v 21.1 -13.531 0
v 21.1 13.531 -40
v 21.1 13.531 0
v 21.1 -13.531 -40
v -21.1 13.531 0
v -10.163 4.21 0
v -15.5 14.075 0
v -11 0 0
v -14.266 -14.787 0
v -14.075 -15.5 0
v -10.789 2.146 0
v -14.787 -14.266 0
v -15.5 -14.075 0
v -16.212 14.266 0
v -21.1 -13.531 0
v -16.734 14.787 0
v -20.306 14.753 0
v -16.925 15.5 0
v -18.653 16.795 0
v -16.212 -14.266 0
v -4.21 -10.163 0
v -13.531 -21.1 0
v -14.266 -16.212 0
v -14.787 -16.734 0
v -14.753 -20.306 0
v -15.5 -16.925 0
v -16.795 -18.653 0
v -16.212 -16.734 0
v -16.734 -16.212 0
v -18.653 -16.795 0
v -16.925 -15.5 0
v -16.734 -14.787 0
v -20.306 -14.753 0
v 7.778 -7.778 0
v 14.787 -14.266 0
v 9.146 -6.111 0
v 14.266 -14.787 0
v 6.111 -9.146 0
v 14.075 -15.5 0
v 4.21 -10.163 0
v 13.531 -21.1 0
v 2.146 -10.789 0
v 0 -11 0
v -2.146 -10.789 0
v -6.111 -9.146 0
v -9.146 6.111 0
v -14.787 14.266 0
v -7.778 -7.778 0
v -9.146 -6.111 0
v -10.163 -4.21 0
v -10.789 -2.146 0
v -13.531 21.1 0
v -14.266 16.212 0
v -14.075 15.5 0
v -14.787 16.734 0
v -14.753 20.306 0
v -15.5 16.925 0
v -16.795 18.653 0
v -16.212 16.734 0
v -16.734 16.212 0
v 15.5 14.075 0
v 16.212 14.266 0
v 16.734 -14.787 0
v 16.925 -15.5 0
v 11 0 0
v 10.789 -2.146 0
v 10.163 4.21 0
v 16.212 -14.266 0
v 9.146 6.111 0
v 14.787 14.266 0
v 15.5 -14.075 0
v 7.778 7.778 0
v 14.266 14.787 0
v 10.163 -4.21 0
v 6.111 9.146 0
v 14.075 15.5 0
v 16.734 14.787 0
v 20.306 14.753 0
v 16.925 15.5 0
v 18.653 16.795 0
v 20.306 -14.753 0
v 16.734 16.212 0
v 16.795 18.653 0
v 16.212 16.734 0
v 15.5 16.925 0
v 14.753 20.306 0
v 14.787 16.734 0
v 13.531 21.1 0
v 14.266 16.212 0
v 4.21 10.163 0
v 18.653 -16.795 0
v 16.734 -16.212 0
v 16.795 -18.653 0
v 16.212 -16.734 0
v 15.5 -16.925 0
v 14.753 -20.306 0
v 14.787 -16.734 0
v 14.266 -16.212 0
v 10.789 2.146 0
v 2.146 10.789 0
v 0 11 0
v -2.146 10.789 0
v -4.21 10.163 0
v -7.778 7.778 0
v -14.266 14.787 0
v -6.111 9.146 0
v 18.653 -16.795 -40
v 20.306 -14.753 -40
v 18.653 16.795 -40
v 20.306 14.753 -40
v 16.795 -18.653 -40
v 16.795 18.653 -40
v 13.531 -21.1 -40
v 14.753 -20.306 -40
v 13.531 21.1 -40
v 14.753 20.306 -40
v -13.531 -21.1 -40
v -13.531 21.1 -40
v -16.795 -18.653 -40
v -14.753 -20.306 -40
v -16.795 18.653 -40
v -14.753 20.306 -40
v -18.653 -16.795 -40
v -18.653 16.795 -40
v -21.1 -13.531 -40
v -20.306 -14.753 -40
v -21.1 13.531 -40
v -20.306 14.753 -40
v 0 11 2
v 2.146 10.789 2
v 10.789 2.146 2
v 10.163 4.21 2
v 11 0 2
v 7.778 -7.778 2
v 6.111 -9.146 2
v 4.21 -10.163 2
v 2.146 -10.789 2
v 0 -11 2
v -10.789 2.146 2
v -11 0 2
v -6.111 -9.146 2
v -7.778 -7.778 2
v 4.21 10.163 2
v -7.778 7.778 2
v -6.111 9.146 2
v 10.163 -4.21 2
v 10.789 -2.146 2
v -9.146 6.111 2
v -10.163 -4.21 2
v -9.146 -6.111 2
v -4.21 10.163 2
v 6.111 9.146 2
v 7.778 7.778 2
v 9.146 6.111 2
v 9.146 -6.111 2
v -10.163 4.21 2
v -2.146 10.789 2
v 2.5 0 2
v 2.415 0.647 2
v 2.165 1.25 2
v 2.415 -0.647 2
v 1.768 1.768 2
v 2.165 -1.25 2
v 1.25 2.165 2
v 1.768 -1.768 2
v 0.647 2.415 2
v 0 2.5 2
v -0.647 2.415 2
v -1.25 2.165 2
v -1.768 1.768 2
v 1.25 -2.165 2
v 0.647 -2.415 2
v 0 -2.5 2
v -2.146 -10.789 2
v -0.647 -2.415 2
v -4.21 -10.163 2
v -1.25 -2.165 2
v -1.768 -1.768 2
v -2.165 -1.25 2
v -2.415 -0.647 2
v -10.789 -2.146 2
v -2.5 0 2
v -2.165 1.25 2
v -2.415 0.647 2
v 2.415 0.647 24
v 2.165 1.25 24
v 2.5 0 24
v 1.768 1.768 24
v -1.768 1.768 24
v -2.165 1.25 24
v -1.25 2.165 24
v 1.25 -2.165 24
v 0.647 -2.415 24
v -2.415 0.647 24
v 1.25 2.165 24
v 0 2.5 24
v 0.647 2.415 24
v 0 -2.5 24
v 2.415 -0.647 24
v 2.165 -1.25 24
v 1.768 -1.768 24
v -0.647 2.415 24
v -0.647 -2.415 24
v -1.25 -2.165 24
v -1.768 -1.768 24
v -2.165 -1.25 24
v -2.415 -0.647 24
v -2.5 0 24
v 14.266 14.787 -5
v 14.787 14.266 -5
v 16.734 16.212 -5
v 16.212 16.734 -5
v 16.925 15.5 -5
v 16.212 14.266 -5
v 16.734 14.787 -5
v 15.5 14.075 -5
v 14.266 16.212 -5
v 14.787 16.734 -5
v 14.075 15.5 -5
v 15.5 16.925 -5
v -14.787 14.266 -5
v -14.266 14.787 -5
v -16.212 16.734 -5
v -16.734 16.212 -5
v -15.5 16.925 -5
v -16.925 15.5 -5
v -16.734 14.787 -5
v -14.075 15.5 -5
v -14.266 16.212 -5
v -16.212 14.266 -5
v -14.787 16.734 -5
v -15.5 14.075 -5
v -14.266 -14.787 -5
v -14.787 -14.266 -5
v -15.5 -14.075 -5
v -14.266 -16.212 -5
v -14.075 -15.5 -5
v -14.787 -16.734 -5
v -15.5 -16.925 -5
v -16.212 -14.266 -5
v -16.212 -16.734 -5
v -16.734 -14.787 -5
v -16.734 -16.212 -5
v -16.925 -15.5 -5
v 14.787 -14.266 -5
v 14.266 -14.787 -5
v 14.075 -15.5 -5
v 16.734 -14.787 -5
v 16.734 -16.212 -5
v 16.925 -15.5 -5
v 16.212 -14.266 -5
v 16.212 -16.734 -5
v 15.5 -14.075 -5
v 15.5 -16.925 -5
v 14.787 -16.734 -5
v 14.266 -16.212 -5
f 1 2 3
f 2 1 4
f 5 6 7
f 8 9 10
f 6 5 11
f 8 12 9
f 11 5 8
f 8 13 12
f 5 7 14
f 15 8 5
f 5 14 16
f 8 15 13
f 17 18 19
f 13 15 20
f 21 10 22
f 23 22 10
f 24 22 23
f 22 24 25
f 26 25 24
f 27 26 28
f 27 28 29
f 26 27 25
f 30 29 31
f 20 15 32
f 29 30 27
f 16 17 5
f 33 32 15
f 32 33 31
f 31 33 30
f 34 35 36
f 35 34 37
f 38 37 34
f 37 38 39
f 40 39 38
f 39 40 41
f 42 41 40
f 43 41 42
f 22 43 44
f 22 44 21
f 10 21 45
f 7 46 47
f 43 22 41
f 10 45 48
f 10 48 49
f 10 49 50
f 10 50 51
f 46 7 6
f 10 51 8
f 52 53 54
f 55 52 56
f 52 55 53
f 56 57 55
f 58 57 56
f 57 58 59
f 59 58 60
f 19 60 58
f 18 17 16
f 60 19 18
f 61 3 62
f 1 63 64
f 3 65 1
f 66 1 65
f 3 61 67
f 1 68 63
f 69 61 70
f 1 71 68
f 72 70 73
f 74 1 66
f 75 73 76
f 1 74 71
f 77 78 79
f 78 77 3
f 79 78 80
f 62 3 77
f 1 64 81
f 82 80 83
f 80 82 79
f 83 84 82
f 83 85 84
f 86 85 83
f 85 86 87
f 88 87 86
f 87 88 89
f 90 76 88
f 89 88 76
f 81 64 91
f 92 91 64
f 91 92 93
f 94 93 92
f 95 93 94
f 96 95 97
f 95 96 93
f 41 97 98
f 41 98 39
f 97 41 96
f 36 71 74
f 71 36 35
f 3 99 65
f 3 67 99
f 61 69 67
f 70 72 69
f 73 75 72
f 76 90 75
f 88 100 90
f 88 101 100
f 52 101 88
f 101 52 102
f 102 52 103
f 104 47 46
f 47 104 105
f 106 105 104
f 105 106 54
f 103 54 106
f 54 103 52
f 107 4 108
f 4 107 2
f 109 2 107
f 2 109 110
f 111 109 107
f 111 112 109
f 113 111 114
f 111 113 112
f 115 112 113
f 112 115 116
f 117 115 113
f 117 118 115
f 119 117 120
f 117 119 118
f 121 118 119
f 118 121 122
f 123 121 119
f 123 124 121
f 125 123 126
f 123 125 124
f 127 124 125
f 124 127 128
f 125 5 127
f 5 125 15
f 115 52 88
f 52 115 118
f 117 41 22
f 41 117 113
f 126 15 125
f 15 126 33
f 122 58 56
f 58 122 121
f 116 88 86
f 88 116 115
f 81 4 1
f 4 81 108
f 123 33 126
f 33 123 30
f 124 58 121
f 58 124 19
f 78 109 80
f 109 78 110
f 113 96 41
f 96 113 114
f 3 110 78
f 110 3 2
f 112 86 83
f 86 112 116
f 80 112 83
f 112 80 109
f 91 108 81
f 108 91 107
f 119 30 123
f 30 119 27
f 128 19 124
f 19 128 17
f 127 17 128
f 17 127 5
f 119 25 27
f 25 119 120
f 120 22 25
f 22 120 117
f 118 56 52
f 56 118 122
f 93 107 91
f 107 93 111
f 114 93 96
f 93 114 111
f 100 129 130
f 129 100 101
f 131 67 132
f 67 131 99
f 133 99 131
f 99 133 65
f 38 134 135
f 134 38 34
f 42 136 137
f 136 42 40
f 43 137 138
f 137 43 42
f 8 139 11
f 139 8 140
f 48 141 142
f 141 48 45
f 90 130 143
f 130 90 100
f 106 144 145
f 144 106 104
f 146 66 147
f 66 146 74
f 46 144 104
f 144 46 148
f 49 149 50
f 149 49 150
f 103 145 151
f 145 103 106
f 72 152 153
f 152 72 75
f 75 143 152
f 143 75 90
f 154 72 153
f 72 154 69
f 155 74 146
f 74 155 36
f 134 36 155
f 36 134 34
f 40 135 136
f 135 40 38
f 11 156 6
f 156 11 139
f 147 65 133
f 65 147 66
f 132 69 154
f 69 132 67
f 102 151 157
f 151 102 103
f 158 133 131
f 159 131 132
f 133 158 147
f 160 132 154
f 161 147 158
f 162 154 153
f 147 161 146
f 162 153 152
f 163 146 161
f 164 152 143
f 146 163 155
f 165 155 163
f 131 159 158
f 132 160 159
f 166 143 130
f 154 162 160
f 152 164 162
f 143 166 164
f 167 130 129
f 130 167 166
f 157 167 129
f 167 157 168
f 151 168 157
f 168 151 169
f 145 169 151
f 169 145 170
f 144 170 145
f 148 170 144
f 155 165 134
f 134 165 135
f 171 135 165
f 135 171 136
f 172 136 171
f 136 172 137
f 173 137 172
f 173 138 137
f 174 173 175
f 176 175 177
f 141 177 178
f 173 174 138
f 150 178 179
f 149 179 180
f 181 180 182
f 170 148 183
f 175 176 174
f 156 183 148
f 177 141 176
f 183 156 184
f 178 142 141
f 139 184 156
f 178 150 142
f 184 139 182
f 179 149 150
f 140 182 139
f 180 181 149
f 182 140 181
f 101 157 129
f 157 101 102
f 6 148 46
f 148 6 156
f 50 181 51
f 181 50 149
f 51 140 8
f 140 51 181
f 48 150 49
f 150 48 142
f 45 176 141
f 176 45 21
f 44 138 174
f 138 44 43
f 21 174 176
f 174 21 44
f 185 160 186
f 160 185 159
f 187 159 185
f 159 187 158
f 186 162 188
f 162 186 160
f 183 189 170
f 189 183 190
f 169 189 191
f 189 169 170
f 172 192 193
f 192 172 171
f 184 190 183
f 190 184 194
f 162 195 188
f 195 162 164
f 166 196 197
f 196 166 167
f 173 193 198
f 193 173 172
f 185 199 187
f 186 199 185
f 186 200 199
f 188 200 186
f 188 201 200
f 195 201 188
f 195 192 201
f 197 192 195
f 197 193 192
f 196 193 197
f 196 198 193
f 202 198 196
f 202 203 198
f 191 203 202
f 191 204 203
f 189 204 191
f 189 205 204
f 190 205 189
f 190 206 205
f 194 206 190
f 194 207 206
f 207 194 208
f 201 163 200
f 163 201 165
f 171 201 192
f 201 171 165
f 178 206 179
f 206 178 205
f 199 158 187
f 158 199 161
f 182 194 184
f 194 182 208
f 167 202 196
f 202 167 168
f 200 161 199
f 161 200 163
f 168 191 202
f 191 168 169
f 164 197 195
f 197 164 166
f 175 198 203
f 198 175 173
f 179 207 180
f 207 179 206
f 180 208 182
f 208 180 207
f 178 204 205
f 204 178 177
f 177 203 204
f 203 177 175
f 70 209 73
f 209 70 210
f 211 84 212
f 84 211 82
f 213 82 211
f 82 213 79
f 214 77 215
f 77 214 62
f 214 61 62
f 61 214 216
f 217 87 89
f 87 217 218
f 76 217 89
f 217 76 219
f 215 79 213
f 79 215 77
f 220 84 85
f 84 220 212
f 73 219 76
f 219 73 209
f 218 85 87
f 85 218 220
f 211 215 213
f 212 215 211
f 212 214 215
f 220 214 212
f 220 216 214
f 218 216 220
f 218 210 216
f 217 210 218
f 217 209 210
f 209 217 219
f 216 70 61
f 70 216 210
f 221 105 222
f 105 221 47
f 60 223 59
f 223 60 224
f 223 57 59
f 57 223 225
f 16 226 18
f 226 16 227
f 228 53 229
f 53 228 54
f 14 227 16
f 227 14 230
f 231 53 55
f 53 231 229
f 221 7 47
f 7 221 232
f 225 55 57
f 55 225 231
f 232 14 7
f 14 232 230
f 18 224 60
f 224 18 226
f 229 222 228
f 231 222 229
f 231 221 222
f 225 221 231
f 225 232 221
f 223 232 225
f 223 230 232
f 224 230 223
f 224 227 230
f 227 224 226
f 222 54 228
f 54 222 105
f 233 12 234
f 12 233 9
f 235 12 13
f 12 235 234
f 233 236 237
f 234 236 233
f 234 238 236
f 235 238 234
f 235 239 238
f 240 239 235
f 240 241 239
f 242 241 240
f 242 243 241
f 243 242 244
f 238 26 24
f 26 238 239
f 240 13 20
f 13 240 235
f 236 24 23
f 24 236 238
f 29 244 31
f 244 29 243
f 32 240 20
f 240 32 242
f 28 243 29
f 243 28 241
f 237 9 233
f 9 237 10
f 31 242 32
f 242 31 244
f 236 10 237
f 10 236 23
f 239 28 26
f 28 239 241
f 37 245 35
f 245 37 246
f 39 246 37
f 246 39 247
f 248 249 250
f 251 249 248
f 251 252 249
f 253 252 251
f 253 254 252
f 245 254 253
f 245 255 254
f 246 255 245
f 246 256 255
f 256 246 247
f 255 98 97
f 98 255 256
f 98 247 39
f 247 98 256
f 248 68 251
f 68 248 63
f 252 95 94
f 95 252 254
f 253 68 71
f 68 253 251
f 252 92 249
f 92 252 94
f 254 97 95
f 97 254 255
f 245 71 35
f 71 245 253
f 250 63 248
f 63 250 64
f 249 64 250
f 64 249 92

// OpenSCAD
m3_major = 2.85;
m3_radius = m3_major/2;

module nema17(motor_length = 40) {
  // NEMA 17 stepper motor.
  difference() {
    union() {
      translate([0, 0, -motor_length/2]) intersection() {
        cube([42.2, 42.2, motor_length], center=true);
        cylinder(r=25.1, h=motor_length+1, center=true, $fn=60);
      }
      cylinder(r=11, h=4, center=true, $fn=32);
      cylinder(r=2.5, h=48, center=true, $fn=24);
    }
    for (a = [0:90:359]) {
      rotate([0, 0, a]) translate([15.5, 15.5, 0])
        cylinder(r=m3_radius, h=10, center=true, $fn=12);
    }
  }
}

nema17();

== == ==

[What you will do] With the line that has "f 160 132 154" as the first and the line that has "f 163 201 165" as the last, repeat exactly that run of lines above and no more.

[Exercise response]
f 160 132 154
f 161 147 158
f 162 154 153
f 147 161 146
f 162 153 152
f 163 146 161
f 164 152 143
f 146 163 155
f 165 155 163
f 131 159 158
f 132 160 159
f 166 143 130
f 154 162 160
f 152 164 162
f 143 166 164
f 167 130 129
f 130 167 166
f 157 167 129
f 167 157 168
f 151 168 157
f 168 151 169
f 145 169 151
f 169 145 170
f 144 170 145
f 148 170 144
f 155 165 134
f 134 165 135
f 171 135 165
f 135 171 136
f 172 136 171
f 136 172 137
f 173 137 172
f 173 138 137
f 174 173 175
f 176 175 177
f 141 177 178
f 173 174 138
f 150 178 179
f 149 179 180
f 181 180 182
f 170 148 183
f 175 176 174
f 156 183 148
f 177 141 176
f 183 156 184
f 178 142 141
f 139 184 156
f 178 150 142
f 184 139 182
f 179 149 150
f 140 182 139
f 180 181 149
f 182 140 181
f 101 157 129
f 157 101 102
f 6 148 46
f 148 6 156
f 50 181 51
f 181 50 149
f 51 140 8
f 140 51 181
f 48 150 49
f 150 48 142
f 45 176 141
f 176 45 21
f 44 138 174
f 138 44 43
f 21 174 176
f 174 21 44
f 185 160 186
f 160 185 159
f 187 159 185
f 159 187 158
f 186 162 188
f 162 186 160
f 183 189 170
f 189 183 190
f 169 189 191
f 189 169 170
f 172 192 193
f 192 172 171
f 184 190 183
f 190 184 194
f 162 195 188
f 195 162 164
f 166 196 197
f 196 166 167
f 173 193 198
f 193 173 172
f 185 199 187
f 186 199 185
f 186 200 199
f 188 200 186
f 188 201 200
f 195 201 188
f 195 192 201
f 197 192 195
f 197 193 192
f 196 193 197
f 196 198 193
f 202 198 196
f 202 203 198
f 191 203 202
f 191 204 203
f 189 204 191
f 189 205 204
f 190 205 189
f 190 206 205
f 194 206 190
f 194 207 206
f 207 194 208
f 201 163 200
f 163 201 165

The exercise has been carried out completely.